__Data provided__
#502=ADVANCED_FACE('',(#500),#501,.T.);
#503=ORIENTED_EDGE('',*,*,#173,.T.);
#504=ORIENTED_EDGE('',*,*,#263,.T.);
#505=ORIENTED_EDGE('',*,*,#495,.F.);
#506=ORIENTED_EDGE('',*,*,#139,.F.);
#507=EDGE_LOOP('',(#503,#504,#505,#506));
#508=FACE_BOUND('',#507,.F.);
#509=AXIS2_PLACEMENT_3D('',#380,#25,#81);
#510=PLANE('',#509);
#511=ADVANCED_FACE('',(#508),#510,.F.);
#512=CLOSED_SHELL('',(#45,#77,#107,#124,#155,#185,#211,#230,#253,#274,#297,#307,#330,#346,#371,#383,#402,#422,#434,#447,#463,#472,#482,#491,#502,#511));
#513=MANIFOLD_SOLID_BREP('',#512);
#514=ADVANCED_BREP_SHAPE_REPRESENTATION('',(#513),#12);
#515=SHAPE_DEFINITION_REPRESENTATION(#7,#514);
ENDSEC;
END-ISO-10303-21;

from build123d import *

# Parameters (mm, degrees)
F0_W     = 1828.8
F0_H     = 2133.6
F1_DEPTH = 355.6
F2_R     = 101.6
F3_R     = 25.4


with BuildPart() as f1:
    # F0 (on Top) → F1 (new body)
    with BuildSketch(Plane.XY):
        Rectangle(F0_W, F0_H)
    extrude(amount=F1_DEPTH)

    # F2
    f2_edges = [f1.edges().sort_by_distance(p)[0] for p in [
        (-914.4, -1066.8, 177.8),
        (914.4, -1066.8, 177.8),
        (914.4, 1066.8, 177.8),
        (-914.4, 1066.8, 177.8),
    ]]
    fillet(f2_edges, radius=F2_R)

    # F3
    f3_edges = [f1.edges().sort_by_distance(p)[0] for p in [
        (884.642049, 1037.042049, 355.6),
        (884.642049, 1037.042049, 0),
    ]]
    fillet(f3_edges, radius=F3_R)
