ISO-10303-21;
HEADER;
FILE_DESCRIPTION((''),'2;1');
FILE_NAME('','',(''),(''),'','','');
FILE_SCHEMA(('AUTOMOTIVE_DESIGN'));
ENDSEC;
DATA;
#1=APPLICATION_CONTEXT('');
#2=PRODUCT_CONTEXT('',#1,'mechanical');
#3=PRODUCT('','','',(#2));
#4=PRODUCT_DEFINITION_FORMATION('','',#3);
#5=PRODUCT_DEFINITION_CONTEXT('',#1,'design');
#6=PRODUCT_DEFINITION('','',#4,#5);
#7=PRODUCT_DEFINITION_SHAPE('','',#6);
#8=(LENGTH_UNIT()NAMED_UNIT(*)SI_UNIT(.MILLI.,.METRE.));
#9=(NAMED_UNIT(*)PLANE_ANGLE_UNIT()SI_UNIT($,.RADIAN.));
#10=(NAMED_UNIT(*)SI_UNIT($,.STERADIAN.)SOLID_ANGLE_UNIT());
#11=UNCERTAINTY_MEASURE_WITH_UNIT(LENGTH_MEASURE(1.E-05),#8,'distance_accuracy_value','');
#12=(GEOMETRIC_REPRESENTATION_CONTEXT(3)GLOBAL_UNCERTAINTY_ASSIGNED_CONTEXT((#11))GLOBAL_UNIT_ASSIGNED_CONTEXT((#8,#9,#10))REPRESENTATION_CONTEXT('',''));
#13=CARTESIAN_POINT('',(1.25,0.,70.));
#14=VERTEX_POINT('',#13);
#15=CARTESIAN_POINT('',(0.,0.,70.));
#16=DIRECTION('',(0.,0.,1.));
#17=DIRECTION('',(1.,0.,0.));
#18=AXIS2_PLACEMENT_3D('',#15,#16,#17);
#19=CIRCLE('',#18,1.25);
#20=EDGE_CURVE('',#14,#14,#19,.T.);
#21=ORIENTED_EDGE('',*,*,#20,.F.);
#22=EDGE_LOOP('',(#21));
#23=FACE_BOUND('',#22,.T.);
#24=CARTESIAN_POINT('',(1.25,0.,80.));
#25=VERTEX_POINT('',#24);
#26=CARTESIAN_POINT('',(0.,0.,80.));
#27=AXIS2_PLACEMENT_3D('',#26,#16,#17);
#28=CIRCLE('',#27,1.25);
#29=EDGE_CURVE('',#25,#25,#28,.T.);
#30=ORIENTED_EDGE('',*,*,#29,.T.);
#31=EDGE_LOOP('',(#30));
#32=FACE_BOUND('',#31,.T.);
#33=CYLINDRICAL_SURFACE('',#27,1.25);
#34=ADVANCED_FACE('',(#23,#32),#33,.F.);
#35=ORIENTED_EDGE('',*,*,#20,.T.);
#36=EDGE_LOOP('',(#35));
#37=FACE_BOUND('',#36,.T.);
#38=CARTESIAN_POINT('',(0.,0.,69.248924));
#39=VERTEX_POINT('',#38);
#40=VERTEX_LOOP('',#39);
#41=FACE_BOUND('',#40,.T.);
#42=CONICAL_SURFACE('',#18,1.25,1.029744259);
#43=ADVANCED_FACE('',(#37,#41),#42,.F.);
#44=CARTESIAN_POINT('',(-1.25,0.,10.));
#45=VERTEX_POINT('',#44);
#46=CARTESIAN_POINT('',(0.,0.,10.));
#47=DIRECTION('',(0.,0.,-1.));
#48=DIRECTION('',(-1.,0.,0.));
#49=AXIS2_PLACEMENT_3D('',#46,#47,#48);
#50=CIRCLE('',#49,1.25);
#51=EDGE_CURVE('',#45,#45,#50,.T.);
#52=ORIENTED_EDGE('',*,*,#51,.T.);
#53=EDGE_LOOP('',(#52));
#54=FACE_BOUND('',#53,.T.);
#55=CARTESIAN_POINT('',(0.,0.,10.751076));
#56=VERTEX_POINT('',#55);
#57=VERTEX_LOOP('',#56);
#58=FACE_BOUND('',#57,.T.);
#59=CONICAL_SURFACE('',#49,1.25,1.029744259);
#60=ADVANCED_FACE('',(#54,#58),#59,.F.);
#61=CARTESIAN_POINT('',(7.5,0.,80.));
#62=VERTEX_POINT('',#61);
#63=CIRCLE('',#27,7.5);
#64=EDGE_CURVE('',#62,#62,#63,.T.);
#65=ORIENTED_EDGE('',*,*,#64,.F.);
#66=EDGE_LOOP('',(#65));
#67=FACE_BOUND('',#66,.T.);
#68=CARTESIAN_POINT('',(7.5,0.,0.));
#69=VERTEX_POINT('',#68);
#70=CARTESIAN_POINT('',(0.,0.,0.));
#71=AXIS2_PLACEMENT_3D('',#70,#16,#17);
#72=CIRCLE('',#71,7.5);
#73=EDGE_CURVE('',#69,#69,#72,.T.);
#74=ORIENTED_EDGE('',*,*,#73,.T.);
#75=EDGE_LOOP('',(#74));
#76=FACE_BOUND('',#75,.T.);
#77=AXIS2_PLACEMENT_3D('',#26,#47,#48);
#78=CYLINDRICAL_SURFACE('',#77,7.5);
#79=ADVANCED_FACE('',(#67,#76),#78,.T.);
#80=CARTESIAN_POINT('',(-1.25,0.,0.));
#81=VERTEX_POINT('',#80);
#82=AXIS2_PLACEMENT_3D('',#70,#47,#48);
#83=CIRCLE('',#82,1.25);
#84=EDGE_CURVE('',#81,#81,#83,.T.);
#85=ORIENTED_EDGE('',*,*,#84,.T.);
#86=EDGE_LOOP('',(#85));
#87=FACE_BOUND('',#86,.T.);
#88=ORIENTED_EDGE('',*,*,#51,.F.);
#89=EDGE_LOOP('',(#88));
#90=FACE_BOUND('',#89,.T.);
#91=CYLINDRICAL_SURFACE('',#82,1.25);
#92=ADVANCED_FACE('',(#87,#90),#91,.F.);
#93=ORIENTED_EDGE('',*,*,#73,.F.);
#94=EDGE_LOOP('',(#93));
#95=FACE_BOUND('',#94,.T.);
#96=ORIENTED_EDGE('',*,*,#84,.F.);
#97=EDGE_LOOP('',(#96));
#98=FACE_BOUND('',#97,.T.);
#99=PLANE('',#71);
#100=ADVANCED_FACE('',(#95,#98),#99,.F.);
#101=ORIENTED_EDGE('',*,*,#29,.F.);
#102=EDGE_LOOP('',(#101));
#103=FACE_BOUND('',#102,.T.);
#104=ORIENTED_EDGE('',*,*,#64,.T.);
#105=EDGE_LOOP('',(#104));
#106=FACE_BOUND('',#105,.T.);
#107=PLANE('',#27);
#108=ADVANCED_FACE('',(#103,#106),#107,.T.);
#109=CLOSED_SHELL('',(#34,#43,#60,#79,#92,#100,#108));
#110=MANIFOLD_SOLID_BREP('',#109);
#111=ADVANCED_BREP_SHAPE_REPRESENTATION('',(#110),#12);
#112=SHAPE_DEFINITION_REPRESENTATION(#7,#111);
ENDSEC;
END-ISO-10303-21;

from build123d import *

# Parameters (mm, degrees)
SKETCH_1_R      = 7.5
EXTRUDE_1_DEPTH = 80
M3X0_5_1_D      = 2.5
M3X0_5_1_DEPTH  = 10
M3X0_5_1_TIP    = 0.751075774
M3X0_5_2_D      = 2.5
M3X0_5_2_DEPTH  = 10
M3X0_5_2_TIP    = 0.751075774


with BuildPart() as part:
    # ｽｹｯﾁ1 → ﾎﾞｽ - 押し出し1 (new body)
    with BuildSketch(Plane.XY):
        Circle(SKETCH_1_R)
    extrude(amount=EXTRUDE_1_DEPTH)

    # M3x0.5 ねじ穴1
    with Locations(Plane.XY.offset(80)):
        with Locations((0, 0)):
            Hole(M3X0_5_1_D / 2, depth=M3X0_5_1_DEPTH)
            with Locations((0, 0, -(M3X0_5_1_DEPTH + M3X0_5_1_TIP / 2))):  # 118° drill point
                Cone(0, M3X0_5_1_D / 2, M3X0_5_1_TIP, mode=Mode.SUBTRACT)

    # M3x0.5 ねじ穴2
    with Locations(Plane(origin=(0, 0, 0), x_dir=(-1, 0, 0), z_dir=(0, 0, -1))):
        with Locations((0, 0)):
            Hole(M3X0_5_2_D / 2, depth=M3X0_5_2_DEPTH)
            with Locations((0, 0, -(M3X0_5_2_DEPTH + M3X0_5_2_TIP / 2))):  # 118° drill point
                Cone(0, M3X0_5_2_D / 2, M3X0_5_2_TIP, mode=Mode.SUBTRACT)


solid = part.part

__Problem description__
Each line from the top of the material above, through the one that contains "#508=FACE_BOUND('',#507,.F.);", should be restated word for word.

__Response box__
#502=ADVANCED_FACE('',(#500),#501,.T.);
#503=ORIENTED_EDGE('',*,*,#173,.T.);
#504=ORIENTED_EDGE('',*,*,#263,.T.);
#505=ORIENTED_EDGE('',*,*,#495,.F.);
#506=ORIENTED_EDGE('',*,*,#139,.F.);
#507=EDGE_LOOP('',(#503,#504,#505,#506));
#508=FACE_BOUND('',#507,.F.);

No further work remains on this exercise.